### Goal of the exercise
Only one span of the listing below should come back. It runs from the line with "e121 v65 v68 LINE" through the line with "e125 v84 v84", and each of its lines must be reproduced exactly.

### Entries shown
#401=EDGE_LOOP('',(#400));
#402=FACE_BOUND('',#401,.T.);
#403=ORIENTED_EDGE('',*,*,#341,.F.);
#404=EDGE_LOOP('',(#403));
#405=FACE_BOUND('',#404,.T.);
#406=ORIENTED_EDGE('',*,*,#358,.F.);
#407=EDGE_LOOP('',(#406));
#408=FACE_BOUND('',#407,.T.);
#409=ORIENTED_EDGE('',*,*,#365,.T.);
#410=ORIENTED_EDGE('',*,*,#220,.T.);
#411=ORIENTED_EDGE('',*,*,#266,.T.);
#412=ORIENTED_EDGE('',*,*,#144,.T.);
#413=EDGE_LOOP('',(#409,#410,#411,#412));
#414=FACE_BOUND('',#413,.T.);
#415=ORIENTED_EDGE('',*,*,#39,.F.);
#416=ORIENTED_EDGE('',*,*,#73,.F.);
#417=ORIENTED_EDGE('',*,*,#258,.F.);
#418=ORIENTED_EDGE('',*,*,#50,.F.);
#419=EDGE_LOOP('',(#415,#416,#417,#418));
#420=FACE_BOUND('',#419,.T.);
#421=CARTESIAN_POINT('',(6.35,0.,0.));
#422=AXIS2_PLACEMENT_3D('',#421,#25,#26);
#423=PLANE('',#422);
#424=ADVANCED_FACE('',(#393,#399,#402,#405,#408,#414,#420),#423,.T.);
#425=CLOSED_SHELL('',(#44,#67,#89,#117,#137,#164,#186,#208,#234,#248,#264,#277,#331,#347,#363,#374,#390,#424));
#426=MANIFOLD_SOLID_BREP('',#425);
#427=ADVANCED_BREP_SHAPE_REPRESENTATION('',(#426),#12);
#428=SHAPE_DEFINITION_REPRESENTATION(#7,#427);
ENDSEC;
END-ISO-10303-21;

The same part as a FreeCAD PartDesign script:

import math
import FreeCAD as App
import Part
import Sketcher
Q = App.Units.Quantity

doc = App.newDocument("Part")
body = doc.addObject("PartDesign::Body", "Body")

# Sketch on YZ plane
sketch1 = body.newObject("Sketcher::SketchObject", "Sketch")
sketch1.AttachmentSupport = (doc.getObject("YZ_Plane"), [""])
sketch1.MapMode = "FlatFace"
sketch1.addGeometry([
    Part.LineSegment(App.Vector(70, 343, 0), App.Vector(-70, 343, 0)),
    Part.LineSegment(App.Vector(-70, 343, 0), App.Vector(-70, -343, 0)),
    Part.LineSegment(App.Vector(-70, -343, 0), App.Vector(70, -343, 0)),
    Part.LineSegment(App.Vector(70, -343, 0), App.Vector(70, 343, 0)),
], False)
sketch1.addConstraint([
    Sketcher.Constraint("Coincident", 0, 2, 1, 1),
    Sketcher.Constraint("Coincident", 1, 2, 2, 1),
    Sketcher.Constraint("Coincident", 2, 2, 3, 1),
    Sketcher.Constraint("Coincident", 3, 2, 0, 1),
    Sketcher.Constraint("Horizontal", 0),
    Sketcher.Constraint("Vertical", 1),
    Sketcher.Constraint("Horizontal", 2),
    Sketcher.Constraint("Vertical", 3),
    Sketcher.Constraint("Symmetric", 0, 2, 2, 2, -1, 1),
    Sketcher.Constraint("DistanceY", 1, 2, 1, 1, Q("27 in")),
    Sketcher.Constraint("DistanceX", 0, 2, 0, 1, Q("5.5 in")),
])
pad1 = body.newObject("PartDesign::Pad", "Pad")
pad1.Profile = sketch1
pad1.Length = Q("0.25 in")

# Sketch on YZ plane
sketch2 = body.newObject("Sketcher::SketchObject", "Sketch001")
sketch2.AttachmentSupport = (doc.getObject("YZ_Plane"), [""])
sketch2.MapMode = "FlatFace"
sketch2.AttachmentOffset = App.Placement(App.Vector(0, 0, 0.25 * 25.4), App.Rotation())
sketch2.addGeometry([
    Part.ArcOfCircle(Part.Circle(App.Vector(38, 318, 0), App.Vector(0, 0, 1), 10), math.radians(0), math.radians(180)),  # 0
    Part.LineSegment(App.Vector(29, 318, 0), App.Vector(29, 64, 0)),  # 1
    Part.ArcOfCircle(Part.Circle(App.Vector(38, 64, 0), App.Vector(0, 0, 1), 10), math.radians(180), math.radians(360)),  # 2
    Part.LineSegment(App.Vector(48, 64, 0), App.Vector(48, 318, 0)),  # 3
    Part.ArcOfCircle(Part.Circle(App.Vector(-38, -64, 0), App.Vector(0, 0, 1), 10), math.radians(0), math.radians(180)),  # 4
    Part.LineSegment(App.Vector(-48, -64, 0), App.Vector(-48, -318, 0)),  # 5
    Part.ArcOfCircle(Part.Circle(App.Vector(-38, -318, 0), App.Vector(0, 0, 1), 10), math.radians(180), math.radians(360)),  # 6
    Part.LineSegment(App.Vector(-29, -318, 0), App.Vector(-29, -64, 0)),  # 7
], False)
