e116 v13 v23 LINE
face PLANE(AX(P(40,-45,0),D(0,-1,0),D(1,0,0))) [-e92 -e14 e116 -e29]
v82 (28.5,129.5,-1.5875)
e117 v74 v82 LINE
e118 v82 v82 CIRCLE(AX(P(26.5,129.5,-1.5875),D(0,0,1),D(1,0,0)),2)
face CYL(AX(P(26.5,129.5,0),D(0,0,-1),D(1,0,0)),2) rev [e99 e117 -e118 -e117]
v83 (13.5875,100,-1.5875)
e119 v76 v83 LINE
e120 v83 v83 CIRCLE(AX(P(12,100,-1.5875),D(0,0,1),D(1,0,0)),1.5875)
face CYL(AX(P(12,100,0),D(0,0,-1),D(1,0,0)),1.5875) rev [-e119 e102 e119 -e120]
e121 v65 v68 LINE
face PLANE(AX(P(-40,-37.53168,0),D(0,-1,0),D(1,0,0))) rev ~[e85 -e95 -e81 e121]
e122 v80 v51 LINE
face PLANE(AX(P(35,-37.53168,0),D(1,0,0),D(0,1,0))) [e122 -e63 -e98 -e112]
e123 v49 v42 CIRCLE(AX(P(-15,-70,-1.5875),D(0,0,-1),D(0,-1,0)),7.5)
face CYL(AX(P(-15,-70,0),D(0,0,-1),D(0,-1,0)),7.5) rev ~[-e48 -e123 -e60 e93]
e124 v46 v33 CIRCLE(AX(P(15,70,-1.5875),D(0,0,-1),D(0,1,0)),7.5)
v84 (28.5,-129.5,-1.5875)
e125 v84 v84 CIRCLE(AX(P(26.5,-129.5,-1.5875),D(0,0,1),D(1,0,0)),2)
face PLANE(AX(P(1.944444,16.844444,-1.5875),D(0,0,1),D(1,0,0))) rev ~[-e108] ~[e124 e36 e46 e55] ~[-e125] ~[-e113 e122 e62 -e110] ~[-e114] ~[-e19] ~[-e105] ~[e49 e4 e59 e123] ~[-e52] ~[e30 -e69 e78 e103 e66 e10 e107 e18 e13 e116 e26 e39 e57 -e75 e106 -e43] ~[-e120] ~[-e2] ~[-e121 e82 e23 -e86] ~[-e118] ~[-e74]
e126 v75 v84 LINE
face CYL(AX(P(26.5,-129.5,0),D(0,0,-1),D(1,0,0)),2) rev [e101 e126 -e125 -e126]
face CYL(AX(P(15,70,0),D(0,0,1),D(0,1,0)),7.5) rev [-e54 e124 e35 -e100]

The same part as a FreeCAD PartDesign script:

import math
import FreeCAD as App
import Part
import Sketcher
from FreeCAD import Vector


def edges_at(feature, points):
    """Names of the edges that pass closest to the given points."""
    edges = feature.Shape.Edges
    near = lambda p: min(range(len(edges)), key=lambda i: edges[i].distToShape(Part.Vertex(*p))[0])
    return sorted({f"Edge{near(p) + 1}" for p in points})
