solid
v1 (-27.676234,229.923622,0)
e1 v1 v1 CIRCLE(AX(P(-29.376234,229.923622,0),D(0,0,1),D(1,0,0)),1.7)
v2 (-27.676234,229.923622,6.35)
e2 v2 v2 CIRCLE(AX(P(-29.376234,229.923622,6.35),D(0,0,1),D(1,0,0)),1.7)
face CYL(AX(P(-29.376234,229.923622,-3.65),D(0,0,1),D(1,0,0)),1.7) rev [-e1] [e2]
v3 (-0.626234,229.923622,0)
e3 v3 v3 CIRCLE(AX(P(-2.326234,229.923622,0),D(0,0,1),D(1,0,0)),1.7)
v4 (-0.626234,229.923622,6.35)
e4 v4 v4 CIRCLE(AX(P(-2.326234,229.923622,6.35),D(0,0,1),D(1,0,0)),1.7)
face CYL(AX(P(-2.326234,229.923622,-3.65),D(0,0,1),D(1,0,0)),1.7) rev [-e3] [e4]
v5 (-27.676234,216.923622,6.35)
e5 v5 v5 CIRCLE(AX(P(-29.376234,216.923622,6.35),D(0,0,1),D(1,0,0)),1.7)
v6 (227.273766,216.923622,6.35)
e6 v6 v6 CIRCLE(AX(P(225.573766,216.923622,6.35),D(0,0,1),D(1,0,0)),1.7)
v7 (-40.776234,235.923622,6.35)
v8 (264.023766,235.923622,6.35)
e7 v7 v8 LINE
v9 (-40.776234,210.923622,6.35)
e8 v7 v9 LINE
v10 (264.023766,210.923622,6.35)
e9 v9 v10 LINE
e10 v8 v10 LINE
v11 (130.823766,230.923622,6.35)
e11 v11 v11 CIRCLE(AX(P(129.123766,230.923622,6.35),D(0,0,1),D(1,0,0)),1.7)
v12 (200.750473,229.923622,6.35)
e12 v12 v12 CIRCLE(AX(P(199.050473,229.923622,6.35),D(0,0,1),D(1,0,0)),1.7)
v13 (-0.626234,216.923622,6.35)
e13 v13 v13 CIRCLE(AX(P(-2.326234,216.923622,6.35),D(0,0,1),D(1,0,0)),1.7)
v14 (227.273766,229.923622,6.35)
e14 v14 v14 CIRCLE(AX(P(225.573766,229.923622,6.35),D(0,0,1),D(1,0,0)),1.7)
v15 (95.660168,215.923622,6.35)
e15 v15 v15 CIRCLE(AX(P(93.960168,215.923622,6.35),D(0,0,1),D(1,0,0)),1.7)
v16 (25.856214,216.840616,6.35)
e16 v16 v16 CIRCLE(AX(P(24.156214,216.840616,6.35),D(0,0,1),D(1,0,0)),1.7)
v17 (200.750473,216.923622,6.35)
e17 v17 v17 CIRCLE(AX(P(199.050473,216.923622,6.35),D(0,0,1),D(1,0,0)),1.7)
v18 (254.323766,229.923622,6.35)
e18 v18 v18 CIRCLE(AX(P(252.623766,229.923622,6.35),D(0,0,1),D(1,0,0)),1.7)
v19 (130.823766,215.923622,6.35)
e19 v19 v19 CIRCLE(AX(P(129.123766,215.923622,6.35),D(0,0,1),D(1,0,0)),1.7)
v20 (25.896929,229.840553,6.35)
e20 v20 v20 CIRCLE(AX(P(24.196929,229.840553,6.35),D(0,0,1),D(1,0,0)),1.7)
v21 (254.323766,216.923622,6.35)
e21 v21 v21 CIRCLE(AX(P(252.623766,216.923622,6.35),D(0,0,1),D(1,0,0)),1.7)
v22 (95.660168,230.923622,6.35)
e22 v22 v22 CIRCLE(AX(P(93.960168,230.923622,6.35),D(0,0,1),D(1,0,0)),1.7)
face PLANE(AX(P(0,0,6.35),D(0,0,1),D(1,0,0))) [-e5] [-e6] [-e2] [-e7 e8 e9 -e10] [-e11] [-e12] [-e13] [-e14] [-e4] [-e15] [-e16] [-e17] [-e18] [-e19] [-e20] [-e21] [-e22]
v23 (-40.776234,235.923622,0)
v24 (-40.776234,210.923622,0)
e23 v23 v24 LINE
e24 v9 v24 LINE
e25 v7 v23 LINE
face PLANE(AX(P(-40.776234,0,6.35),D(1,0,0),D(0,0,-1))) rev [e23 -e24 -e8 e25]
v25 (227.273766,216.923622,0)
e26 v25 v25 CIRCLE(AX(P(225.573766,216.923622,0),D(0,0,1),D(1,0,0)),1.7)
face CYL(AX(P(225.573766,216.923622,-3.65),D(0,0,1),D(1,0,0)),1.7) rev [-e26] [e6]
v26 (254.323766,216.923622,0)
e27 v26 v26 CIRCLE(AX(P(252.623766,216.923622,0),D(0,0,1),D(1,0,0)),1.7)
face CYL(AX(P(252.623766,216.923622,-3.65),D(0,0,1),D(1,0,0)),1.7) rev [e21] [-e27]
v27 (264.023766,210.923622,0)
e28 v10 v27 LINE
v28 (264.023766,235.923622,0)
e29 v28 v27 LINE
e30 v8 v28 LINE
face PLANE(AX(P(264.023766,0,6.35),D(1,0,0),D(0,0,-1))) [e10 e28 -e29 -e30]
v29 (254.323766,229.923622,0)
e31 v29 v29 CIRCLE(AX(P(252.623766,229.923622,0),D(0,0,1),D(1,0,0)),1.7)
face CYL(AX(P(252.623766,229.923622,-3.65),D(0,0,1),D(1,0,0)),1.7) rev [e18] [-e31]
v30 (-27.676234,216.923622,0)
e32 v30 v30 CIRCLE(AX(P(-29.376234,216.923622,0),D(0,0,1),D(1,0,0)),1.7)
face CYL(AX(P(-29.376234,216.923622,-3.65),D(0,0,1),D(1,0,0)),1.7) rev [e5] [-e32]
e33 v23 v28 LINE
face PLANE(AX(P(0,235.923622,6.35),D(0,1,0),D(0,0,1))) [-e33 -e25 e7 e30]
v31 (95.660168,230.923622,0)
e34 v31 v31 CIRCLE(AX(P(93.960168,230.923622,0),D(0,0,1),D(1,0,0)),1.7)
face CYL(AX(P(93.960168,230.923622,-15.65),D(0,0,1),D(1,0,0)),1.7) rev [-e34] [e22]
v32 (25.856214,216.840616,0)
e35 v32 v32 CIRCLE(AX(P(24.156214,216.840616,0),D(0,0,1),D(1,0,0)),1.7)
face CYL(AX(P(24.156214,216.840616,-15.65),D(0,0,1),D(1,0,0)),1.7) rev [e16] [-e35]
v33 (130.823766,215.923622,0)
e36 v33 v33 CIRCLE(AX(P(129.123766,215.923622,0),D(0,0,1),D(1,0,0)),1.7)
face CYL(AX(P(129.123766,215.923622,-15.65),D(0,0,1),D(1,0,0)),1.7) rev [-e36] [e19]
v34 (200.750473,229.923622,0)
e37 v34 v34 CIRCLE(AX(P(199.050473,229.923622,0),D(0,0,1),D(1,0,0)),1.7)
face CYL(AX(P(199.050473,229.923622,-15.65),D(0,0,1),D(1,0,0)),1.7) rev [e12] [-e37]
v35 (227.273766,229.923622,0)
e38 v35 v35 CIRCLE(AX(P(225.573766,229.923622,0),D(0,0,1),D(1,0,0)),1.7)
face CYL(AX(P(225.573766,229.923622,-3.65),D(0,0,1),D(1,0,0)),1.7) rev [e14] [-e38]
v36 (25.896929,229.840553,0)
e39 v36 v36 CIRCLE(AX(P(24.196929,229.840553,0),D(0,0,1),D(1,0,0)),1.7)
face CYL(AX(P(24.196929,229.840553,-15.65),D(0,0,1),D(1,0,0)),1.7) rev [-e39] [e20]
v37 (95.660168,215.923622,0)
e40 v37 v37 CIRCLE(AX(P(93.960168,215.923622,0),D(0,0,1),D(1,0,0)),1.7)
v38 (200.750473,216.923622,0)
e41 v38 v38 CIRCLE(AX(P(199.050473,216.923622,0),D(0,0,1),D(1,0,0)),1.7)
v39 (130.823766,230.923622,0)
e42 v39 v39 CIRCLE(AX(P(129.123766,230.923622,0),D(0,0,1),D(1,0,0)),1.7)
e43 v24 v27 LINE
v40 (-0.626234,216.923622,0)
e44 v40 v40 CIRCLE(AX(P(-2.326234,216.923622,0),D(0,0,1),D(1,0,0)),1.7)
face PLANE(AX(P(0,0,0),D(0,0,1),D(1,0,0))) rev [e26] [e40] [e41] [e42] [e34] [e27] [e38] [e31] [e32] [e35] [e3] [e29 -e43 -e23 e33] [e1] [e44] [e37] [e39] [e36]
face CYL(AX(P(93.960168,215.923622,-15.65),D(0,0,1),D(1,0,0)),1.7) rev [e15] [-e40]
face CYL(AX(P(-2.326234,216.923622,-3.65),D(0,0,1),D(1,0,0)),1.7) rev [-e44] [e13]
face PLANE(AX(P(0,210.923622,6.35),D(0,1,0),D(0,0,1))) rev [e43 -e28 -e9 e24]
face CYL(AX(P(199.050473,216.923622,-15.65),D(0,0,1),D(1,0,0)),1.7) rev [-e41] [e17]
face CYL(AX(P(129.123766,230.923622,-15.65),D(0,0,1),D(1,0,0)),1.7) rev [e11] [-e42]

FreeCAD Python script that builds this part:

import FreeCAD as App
import Part
import Sketcher

V = App.Vector


def add_polygon(sketch, points):
    """Adds a closed chain of lines whose ends are joined by coincident constraints."""
    first, n = sketch.GeometryCount, len(points)
    for a, b in zip(points, points[1:] + points[:1]):
        sketch.addGeometry(Part.LineSegment(App.Vector(*a, 0), App.Vector(*b, 0)), False)
    for i in range(n):
        sketch.addConstraint(Sketcher.Constraint("Coincident", first + i, 2, first + (i + 1) % n, 1))

doc = App.newDocument("Part")
body = doc.addObject("PartDesign::Body", "Body")

sketch1 = doc.addObject("Sketcher::SketchObject", "Sketch")
body.addObject(sketch1)
sketch1.AttachmentSupport = (doc.XY_Plane, [""])
sketch1.MapMode = "FlatFace"
add_polygon(sketch1, [(-41, 236), (-41, 211), (264, 211), (264, 236)])
sketch1.addConstraint(Sketcher.Constraint("Vertical", 0))
sketch1.addConstraint(Sketcher.Constraint("Horizontal", 1))
sketch1.addConstraint(Sketcher.Constraint("Vertical", 2))
sketch1.addConstraint(Sketcher.Constraint("Horizontal", 3))
sketch1.addConstraint(Sketcher.Constraint("DistanceY", 0, 2, 0, 1, 25.0))
sketch1.addConstraint(Sketcher.Constraint("DistanceX", 1, 1, 1, 2, 304.8))
sketch1.addConstraint(Sketcher.Constraint("DistanceX", 0, 2, -1, 1, 40.776234))
sketch1.addConstraint(Sketcher.Constraint("DistanceY", -1, 1, 0, 2, 210.923622))
pad1 = doc.addObject("PartDesign::Pad", "Pad")
body.addObject(pad1)
pad1.Profile = sketch1
pad1.Length = 6.35

sketch2 = doc.addObject("Sketcher::SketchObject", "Sketch001")
body.addObject(sketch2)
sketch2.AttachmentSupport = (doc.XY_Plane, [""])
sketch2.MapMode = "FlatFace"
sketch2.AttachmentOffset = App.Placement(V(0, 0, 6.35), App.Rotation())
sketch2.addGeometry(Part.Circle(V(225.6, 216.9, 0), V(0, 0, 1), 1.7), False)
sketch2.addGeometry(Part.Circle(V(225.6, 229.9, 0), V(0, 0, 1), 1.7), False)
sketch2.addGeometry(Part.Circle(V(252.6, 229.9, 0), V(0, 0, 1), 1.7), False)
sketch2.addGeometry(Part.Circle(V(252.6, 216.9, 0), V(0, 0, 1), 1.7), False)
sketch2.addGeometry(Part.Circle(V(-2.3, 216.9, 0), V(0, 0, 1), 1.7), False)
sketch2.addGeometry(Part.Circle(V(-29.4, 216.9, 0), V(0, 0, 1), 1.7), False)
sketch2.addGeometry(Part.Circle(V(-29.4, 229.9, 0), V(0, 0, 1), 1.7), False)
sketch2.addGeometry(Part.Circle(V(-2.3, 229.9, 0), V(0, 0, 1), 1.7), False)
sketch2.addConstraint(Sketcher.Constraint("Equal", 0, 1))
sketch2.addConstraint(Sketcher.Constraint("Equal", 1, 2))
sketch2.addConstraint(Sketcher.Constraint("Equal", 2, 3))
sketch2.addConstraint(Sketcher.Constraint("Equal", 3, 4))
sketch2.addConstraint(Sketcher.Constraint("Equal", 4, 5))
sketch2.addConstraint(Sketcher.Constraint("Equal", 5, 6))
sketch2.addConstraint(Sketcher.Constraint("Equal", 6, 7))
sketch2.addConstraint(Sketcher.Constraint("Horizontal", 1, 3, 2, 3))
sketch2.addConstraint(Sketcher.Constraint("Horizontal", 0, 3, 3, 3))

### Written response
e121 v65 v68 LINE
face PLANE(AX(P(-40,-37.53168,0),D(0,-1,0),D(1,0,0))) rev ~[e85 -e95 -e81 e121]
e122 v80 v51 LINE
face PLANE(AX(P(35,-37.53168,0),D(1,0,0),D(0,1,0))) [e122 -e63 -e98 -e112]
e123 v49 v42 CIRCLE(AX(P(-15,-70,-1.5875),D(0,0,-1),D(0,-1,0)),7.5)
face CYL(AX(P(-15,-70,0),D(0,0,-1),D(0,-1,0)),7.5) rev ~[-e48 -e123 -e60 e93]
e124 v46 v33 CIRCLE(AX(P(15,70,-1.5875),D(0,0,-1),D(0,1,0)),7.5)
v84 (28.5,-129.5,-1.5875)
e125 v84 v84 CIRCLE(AX(P(26.5,-129.5,-1.5875),D(0,0,1),D(1,0,0)),2)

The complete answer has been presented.